Auf dem Weg zur Rova von Antana­na­rivo, dem ehe­ma­li­gen Königs­pa­last, wird vie­les kla­rer. Die Stadt ist ver­ti­kal geglie­dert in Ober- und Unter­stadt (Haute-Ville und Bass-Ville). Hier oben, wo das Klima ange­nehm und kühl ist, sind die schö­nen Gebäude der Stadt. Läden und Restau­rants sind hier ver­gleichs­weise hoch­prei­sig. Es gibt ein Fit­ness­stu­dio, wo man Men­schen auf dem Lauf­band durch die Fens­ter­scheibe sieht. Mit 1462m der höchste Punkt der Stadt, funk­tio­niert das Areal rund um den Palast wun­der­bar als Aus­sichts­punkt über Antana­na­rivo. Häu­ser lie­gen far­ben­froh an den Hän­gen, ähn­lich wie man das von man­chen süd­ame­ri­ka­ni­schen Städ­ten kennt.
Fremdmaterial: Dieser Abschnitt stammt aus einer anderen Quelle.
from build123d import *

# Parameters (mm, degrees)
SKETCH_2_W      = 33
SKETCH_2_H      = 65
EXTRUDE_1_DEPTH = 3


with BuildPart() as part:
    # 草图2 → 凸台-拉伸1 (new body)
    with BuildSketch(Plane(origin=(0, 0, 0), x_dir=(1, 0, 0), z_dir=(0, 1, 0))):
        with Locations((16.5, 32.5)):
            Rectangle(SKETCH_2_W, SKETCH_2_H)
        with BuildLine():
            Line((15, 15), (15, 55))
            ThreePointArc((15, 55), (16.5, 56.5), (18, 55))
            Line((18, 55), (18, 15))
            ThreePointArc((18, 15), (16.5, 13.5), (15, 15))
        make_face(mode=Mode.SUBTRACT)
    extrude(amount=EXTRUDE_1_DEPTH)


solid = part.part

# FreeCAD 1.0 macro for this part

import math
import FreeCAD as App
import Part
import Sketcher

V = App.Vector


def add_polygon(sketch, points):
    """Adds a closed chain of lines whose ends are joined by coincident constraints."""
    first, n = sketch.GeometryCount, len(points)
    for a, b in zip(points, points[1:] + points[:1]):
        sketch.addGeometry(Part.LineSegment(App.Vector(*a, 0), App.Vector(*b, 0)), False)
    for i in range(n):
        sketch.addConstraint(Sketcher.Constraint("Coincident", first + i, 2, first + (i + 1) % n, 1))

doc = App.newDocument("Part")
body = doc.addObject("PartDesign::Body", "Body")

# Sketch on XZ plane
sketch1 = doc.addObject("Sketcher::SketchObject", "Sketch")
body.addObject(sketch1)
sketch1.AttachmentSupport = (doc.XZ_Plane, [""])
sketch1.MapMode = "FlatFace"
add_polygon(sketch1, [(0, -65), (0, 0), (33, 0), (33, -65)])  # lines 0-3
sketch1.addGeometry(Part.ArcOfCircle(Part.Circle(V(16.5, -15, 0), V(0, 0, 1), 1.5), math.radians(0), math.radians(180)), False)  # 4
sketch1.addGeometry(Part.LineSegment(V(15, -15, 0), V(15, -55, 0)), False)  # 5
sketch1.addGeometry(Part.ArcOfCircle(Part.Circle(V(16.5, -55, 0), V(0, 0, 1), 1.5), math.radians(180), math.radians(360)), False)  # 6
sketch1.addGeometry(Part.LineSegment(V(18, -55, 0), V(18, -15, 0)), False)  # 7
sketch1.addConstraint([
    Sketcher.Constraint("Tangent", 4, 2, 5, 1),
    Sketcher.Constraint("Tangent", 5, 2, 6, 1),
    Sketcher.Constraint("Tangent", 6, 2, 7, 1),
    Sketcher.Constraint("Tangent", 7, 2, 4, 1),
    Sketcher.Constraint("Vertical", 0),
    Sketcher.Constraint("Horizontal", 1),
    Sketcher.Constraint("Vertical", 2),
    Sketcher.Constraint("Horizontal", 3),
    Sketcher.Constraint("Vertical", 5),
    Sketcher.Constraint("Vertical", 7),
    Sketcher.Constraint("Coincident", 0, 2, -1, 1),
    Sketcher.Constraint("Radius", 4, 1.5),
    Sketcher.Constraint("DistanceX", 1, 1, 1, 2, 33.0),
    Sketcher.Constraint("DistanceY", 0, 1, 0, 2, 65.0),
    Sketcher.Constraint("DistanceY", 5, 2, 5, 1, 40.0),
    Sketcher.Constraint("DistanceY", 4, 3, -1, 1, 15.0),
    Sketcher.Constraint("DistanceX", -1, 1, 4, 2, 15.0),
])
pad1 = doc.addObject("PartDesign::Pad", "Pad")
body.addObject(pad1)
pad1.Profile = sketch1
pad1.Length = 3
pad1.Reversed = True

doc.recompute()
Man kann von hier auf den Lac Anosy bli­cken, ganz unten liegt er. Der See wurde zu Ehren der im 1. Welt­krieg gefal­le­nen Mada­gas­sen in Form eines Her­zens (also des tat­säch­li­chen Organs) ange­legt. Bis weit ins Zen­trum hin­ein, sogar ter­ras­sen­ar­tig auf den Hügeln erkenn­bar, zie­hen sich groß­flä­chige Reis­fel­der. Ohne tech­ni­sches Gerät wer­den sie von behä­bi­gen Zebus durch­pflo­gen. Das kannte ich so noch von kei­ner Haupt­stadt die­ser Welt.

Auf der Aus­sichts­platt­form tum­meln sich die Teen­ager. Sie spie­len Fuß­ball, schie­ßen Pro­fil­bil­der für Face­book oder hän­gen ein­fach ab. Ein paar junge Pär­chen hal­ten schüch­tern Händ­chen. Öffent­li­che Zärt­lich­kei­ten sind in Mada­gas­kar nicht gern gese­hen. Aber hier oben guckt kei­ner. Fast kei­ner. Einen Auf­pas­ser gibt es. So ein Halb­star­ker ist das hier, selbst noch jugend­lich mit Secu­rity-Uni­form und Knüp­pel am Gür­tel. Schwer vor­stell­bar, dass er im Ernst­fall den Unter­schied macht. Unser Guide ist in stän­di­ger Sorge. Die „Gangs­ter“, sagt er, tau­chen auch hier oben immer wie­der auf.

Essen mit den Eliten

In einer Haupt­stadt tum­meln sich immer die Mäch­ti­gen des Lan­des. Die­je­ni­gen, die die Res­sour­cen ver­wal­ten, egal wie knapp sie sind. Wer einen Ein­blick in das eli­täre Trei­ben Mada­gas­kars möchte, muss sich einen Tisch im Restau­rant „La Var­an­gue“ reser­vie­ren. Als wir ankom­men, steht ein Auto mit klei­ner USA-Flagge an der Küh­ler­haube im Gar­ten. Der zuge­hö­rige Body­guard blickt uns stan­des­ge­mäß fins­ter an. Drin­nen ste­hen ein paar Tische inmit­ten einer umfas­sen­den Anti­qui­tä­ten-Samm­lung. Ein Din­ner im Museum.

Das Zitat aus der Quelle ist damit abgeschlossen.